[Items from a dataset]
- - -
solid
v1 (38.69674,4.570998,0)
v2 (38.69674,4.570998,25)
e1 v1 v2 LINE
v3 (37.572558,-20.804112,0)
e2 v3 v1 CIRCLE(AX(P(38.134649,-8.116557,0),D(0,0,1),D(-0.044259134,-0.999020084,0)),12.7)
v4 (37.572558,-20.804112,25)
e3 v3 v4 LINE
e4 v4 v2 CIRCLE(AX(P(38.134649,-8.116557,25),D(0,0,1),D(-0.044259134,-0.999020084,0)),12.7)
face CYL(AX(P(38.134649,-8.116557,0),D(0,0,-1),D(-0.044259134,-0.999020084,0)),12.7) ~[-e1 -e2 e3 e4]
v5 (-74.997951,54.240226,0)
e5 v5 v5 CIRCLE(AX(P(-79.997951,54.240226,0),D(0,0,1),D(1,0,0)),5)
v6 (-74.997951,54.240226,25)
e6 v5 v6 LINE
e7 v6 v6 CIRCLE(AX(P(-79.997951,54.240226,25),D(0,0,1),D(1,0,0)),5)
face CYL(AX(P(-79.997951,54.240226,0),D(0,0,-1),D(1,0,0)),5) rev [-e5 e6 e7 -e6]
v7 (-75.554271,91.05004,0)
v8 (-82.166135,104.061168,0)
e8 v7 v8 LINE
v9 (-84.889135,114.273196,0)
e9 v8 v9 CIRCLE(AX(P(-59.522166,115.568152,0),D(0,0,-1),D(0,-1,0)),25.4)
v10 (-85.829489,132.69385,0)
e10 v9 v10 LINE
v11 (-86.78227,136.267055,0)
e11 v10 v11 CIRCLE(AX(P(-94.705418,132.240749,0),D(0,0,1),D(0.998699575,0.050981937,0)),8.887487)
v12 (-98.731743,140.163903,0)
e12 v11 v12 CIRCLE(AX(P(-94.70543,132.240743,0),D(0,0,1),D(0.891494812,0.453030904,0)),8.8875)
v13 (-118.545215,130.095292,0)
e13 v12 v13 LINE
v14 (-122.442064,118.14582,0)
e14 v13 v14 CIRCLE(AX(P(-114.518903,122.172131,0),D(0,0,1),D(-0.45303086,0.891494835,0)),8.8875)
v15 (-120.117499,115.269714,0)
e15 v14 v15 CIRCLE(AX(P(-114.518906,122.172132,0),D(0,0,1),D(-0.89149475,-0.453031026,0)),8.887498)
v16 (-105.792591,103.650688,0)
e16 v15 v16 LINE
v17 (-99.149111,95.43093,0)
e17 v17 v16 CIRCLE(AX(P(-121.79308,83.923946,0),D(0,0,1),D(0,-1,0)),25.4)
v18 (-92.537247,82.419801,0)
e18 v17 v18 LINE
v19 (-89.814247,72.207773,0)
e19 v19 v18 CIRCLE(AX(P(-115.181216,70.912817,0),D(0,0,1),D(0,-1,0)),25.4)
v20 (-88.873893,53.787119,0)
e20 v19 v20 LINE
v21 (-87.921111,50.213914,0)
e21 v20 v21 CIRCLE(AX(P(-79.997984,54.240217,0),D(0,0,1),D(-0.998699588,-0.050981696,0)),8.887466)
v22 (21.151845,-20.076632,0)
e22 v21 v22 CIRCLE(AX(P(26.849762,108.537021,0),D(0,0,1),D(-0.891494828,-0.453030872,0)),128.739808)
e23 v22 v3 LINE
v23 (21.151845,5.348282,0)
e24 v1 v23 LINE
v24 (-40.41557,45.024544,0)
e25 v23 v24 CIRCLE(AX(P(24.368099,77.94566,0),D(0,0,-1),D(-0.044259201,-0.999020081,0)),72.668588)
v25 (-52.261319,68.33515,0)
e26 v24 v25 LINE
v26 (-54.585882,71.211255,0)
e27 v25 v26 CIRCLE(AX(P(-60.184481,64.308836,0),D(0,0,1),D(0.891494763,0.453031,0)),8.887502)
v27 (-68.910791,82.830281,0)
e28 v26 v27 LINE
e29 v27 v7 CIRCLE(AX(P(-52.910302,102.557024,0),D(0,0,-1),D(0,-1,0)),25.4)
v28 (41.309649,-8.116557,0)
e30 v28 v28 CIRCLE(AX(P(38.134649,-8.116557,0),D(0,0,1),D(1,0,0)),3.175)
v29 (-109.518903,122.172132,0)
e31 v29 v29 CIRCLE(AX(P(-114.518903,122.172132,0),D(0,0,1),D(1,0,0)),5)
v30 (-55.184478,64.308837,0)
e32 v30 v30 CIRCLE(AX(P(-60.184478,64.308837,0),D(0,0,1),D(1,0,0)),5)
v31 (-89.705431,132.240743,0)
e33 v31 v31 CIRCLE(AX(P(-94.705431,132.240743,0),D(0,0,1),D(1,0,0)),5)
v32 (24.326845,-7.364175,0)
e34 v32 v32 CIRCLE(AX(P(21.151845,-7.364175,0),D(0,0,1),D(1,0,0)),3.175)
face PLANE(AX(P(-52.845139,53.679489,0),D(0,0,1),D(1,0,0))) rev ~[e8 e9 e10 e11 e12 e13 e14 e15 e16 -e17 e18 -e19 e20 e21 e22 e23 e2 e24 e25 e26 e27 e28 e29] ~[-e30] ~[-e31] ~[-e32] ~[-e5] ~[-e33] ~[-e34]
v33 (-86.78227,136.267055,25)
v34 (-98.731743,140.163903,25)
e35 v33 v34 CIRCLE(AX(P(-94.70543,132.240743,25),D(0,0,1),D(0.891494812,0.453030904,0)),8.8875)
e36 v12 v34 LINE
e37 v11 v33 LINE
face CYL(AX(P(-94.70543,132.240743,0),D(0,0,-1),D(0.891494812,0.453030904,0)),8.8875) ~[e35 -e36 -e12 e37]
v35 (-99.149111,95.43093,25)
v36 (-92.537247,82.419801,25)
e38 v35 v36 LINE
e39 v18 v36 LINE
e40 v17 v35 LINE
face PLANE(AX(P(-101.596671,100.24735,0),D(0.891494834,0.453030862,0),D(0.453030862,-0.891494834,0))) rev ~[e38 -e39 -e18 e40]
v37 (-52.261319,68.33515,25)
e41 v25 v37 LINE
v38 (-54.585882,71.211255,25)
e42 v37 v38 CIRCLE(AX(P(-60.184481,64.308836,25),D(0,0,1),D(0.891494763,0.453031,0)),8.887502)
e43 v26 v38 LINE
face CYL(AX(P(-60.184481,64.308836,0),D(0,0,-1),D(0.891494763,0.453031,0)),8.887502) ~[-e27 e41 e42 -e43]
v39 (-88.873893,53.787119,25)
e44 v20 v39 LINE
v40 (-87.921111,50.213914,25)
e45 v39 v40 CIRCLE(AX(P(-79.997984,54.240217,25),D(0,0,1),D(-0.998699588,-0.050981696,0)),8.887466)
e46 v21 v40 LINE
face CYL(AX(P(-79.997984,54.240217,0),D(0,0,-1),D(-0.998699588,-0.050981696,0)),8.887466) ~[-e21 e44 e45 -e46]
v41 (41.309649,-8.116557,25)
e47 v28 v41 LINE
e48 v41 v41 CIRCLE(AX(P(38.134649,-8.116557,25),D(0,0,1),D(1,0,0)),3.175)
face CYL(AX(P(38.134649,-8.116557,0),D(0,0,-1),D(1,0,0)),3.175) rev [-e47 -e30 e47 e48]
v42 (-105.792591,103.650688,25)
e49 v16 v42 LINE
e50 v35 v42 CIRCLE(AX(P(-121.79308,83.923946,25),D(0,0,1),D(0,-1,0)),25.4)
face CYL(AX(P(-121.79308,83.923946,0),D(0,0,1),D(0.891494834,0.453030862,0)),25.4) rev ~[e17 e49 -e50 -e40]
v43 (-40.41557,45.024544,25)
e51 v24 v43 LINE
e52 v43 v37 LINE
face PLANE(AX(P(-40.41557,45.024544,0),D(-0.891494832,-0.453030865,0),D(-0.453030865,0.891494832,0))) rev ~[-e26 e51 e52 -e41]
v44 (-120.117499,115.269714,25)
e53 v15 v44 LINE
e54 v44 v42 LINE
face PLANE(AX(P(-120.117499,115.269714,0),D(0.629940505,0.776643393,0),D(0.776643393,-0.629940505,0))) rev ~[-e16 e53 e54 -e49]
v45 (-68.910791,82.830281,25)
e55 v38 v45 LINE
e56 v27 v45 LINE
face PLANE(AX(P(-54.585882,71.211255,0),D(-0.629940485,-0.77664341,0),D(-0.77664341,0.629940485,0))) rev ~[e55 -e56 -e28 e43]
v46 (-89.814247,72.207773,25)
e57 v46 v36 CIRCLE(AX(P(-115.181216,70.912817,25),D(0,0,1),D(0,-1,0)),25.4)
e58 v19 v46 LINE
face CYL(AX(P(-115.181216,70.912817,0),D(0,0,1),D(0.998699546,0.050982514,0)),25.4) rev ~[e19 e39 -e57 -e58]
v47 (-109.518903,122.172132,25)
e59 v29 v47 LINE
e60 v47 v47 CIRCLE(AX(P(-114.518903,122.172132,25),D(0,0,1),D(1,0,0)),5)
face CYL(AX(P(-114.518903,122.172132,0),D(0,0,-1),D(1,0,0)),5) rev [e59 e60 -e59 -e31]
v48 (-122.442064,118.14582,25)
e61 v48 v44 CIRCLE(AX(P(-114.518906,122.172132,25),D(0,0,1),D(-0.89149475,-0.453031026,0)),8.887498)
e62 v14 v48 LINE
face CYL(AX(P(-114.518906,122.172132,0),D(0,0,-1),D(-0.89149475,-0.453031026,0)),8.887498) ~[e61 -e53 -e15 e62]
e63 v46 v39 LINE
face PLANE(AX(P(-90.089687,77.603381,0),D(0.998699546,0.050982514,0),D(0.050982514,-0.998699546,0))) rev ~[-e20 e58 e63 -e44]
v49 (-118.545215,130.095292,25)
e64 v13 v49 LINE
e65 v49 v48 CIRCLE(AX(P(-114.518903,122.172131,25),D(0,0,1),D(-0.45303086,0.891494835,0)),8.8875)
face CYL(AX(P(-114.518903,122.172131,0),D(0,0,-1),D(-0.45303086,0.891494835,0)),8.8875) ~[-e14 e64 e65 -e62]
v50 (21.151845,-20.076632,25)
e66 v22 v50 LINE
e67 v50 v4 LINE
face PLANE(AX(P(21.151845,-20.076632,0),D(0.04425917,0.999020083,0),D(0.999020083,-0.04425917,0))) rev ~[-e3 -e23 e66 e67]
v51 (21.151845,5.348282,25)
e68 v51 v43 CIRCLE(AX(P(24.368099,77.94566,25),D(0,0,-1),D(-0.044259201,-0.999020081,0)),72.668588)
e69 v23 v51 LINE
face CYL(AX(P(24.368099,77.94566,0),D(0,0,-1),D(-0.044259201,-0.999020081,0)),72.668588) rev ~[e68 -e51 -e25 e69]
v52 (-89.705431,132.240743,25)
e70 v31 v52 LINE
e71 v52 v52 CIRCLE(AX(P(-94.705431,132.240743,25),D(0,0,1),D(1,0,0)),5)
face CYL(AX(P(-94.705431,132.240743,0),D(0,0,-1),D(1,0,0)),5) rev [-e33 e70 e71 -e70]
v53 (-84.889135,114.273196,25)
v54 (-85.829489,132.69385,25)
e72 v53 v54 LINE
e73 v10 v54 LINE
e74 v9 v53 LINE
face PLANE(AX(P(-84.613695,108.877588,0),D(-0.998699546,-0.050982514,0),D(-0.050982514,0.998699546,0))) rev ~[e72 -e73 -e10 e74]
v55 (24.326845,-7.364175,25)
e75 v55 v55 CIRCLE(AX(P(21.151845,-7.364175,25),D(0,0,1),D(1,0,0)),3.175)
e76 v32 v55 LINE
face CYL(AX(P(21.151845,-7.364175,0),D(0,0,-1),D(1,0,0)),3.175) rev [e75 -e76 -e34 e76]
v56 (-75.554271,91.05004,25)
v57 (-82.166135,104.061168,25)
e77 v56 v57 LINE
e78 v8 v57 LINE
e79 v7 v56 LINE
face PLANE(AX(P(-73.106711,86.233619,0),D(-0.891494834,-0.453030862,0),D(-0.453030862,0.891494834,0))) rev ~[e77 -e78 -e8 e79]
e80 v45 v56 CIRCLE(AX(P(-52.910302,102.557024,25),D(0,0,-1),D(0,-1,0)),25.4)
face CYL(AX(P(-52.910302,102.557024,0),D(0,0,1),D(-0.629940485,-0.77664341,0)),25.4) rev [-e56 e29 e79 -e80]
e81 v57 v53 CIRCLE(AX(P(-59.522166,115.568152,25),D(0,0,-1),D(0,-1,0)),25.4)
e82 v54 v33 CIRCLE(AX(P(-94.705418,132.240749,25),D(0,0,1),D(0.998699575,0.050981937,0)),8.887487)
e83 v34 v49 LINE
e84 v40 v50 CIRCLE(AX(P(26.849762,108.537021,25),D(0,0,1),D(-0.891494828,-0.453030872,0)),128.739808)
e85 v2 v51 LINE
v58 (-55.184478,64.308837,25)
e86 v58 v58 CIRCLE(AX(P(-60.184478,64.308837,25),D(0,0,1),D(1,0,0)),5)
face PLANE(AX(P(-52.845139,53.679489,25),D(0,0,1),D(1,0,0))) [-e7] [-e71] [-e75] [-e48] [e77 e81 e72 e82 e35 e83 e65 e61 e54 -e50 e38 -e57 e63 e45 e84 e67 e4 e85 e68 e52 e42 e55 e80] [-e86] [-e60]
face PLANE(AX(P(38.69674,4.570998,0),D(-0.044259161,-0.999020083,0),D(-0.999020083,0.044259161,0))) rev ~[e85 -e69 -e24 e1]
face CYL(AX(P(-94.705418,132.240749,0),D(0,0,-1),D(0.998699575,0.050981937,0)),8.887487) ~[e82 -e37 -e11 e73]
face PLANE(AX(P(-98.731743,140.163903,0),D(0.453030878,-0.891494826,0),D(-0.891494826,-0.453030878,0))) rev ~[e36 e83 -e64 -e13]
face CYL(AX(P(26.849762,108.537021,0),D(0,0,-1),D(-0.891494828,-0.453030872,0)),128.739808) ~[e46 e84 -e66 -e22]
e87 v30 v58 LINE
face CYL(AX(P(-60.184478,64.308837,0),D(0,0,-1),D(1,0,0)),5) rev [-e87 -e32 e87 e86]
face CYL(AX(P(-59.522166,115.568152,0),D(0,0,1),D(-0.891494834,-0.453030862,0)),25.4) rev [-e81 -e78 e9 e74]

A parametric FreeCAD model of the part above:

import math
import FreeCAD as App
import Part
import Sketcher
Q = App.Units.Quantity


def edges_at(feature, points):
    """Names of the edges that pass closest to the given points."""
    edges = feature.Shape.Edges
    near = lambda p: min(range(len(edges)), key=lambda i: edges[i].distToShape(Part.Vertex(*p))[0])
    return sorted({f"Edge{near(p) + 1}" for p in points})

doc = App.newDocument("Part")
body = doc.addObject("PartDesign::Body", "Body")

# Sketch on XY plane
sketch1 = body.newObject("Sketcher::SketchObject", "Sketch")
sketch1.AttachmentSupport = (doc.getObject("XY_Plane"), [""])
sketch1.MapMode = "FlatFace"
sketch1.addGeometry([
    Part.ArcOfCircle(Part.Circle(App.Vector(26.849762, 108.537021, 0), App.Vector(0, 0, 1), 128.739808), math.radians(-153.061692), math.radians(-92.536692)),  # 0
    Part.LineSegment(App.Vector(21.151845, -20.076632, 0), App.Vector(37.572558, -20.804112, 0)),  # 1
    Part.ArcOfCircle(Part.Circle(App.Vector(38.134649, -8.116557, 0), App.Vector(0, 0, 1), 12.7), math.radians(-92.53669), math.radians(87.46331)),  # 2
    Part.LineSegment(App.Vector(38.69674, 4.570998, 0), App.Vector(21.151845, 5.348282, 0)),  # 3
    Part.ArcOfCircle(Part.Circle(App.Vector(24.368099, 77.94566, 0), App.Vector(0, 0, 1), 72.668588), math.radians(-153.061689), math.radians(-92.536694)),  # 4
    Part.LineSegment(App.Vector(-40.41557, 45.024544, 0), App.Vector(-52.261319, 68.33515, 0)),  # 5
    Part.ArcOfCircle(Part.Circle(App.Vector(-60.184481, 64.308836, 0), App.Vector(0, 0, 1), 8.887502), math.radians(26.938317), math.radians(50.954258)),  # 6
    Part.LineSegment(App.Vector(-54.585882, 71.211255, 0), App.Vector(-73.106711, 86.233619, 0)),  # 7
    Part.LineSegment(App.Vector(-73.106711, 86.233619, 0), App.Vector(-84.613695, 108.877588, 0)),  # 8
    Part.LineSegment(App.Vector(-84.613695, 108.877588, 0), App.Vector(-85.829489, 132.69385, 0)),  # 9
    Part.ArcOfCircle(Part.Circle(App.Vector(-94.705418, 132.240749, 0), App.Vector(0, 0, 1), 8.887487), math.radians(2.922317), math.radians(26.938312)),  # 10
    Part.ArcOfCircle(Part.Circle(App.Vector(-94.70543, 132.240743, 0), App.Vector(0, 0, 1), 8.8875), math.radians(26.938311), math.radians(116.938312)),  # 11
    Part.LineSegment(App.Vector(-98.731743, 140.163903, 0), App.Vector(-118.545215, 130.095292, 0)),  # 12
    Part.ArcOfCircle(Part.Circle(App.Vector(-114.518903, 122.172131, 0), App.Vector(0, 0, 1), 8.8875), math.radians(116.938308), math.radians(206.938304)),  # 13
    Part.ArcOfCircle(Part.Circle(App.Vector(-114.518906, 122.172132, 0), App.Vector(0, 0, 1), 8.887498), math.radians(-153.061682), math.radians(-129.045715)),  # 14
    Part.LineSegment(App.Vector(-120.117499, 115.269714, 0), App.Vector(-101.596671, 100.24735, 0)),  # 15
    Part.LineSegment(App.Vector(-101.596671, 100.24735, 0), App.Vector(-90.089687, 77.603381, 0)),  # 16
    Part.LineSegment(App.Vector(-90.089687, 77.603381, 0), App.Vector(-88.873893, 53.787119, 0)),  # 17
- - -
▶ REQUIRED WORK
Please copy, exactly and with nothing else, the lines above beginning at the line that has "v26 (-54.585882,71.211255,0)" and ending with the line that has "-e36 -e12 e37]".

▶ PROBLEM SOLUTION
v26 (-54.585882,71.211255,0)
e27 v25 v26 CIRCLE(AX(P(-60.184481,64.308836,0),D(0,0,1),D(0.891494763,0.453031,0)),8.887502)
v27 (-68.910791,82.830281,0)
e28 v26 v27 LINE
e29 v27 v7 CIRCLE(AX(P(-52.910302,102.557024,0),D(0,0,-1),D(0,-1,0)),25.4)
v28 (41.309649,-8.116557,0)
e30 v28 v28 CIRCLE(AX(P(38.134649,-8.116557,0),D(0,0,1),D(1,0,0)),3.175)
v29 (-109.518903,122.172132,0)
e31 v29 v29 CIRCLE(AX(P(-114.518903,122.172132,0),D(0,0,1),D(1,0,0)),5)
v30 (-55.184478,64.308837,0)
e32 v30 v30 CIRCLE(AX(P(-60.184478,64.308837,0),D(0,0,1),D(1,0,0)),5)
v31 (-89.705431,132.240743,0)
e33 v31 v31 CIRCLE(AX(P(-94.705431,132.240743,0),D(0,0,1),D(1,0,0)),5)
v32 (24.326845,-7.364175,0)
e34 v32 v32 CIRCLE(AX(P(21.151845,-7.364175,0),D(0,0,1),D(1,0,0)),3.175)
face PLANE(AX(P(-52.845139,53.679489,0),D(0,0,1),D(1,0,0))) rev ~[e8 e9 e10 e11 e12 e13 e14 e15 e16 -e17 e18 -e19 e20 e21 e22 e23 e2 e24 e25 e26 e27 e28 e29] ~[-e30] ~[-e31] ~[-e32] ~[-e5] ~[-e33] ~[-e34]
v33 (-86.78227,136.267055,25)
v34 (-98.731743,140.163903,25)
e35 v33 v34 CIRCLE(AX(P(-94.70543,132.240743,25),D(0,0,1),D(0.891494812,0.453030904,0)),8.8875)
e36 v12 v34 LINE
e37 v11 v33 LINE
face CYL(AX(P(-94.70543,132.240743,0),D(0,0,-1),D(0.891494812,0.453030904,0)),8.8875) ~[e35 -e36 -e12 e37]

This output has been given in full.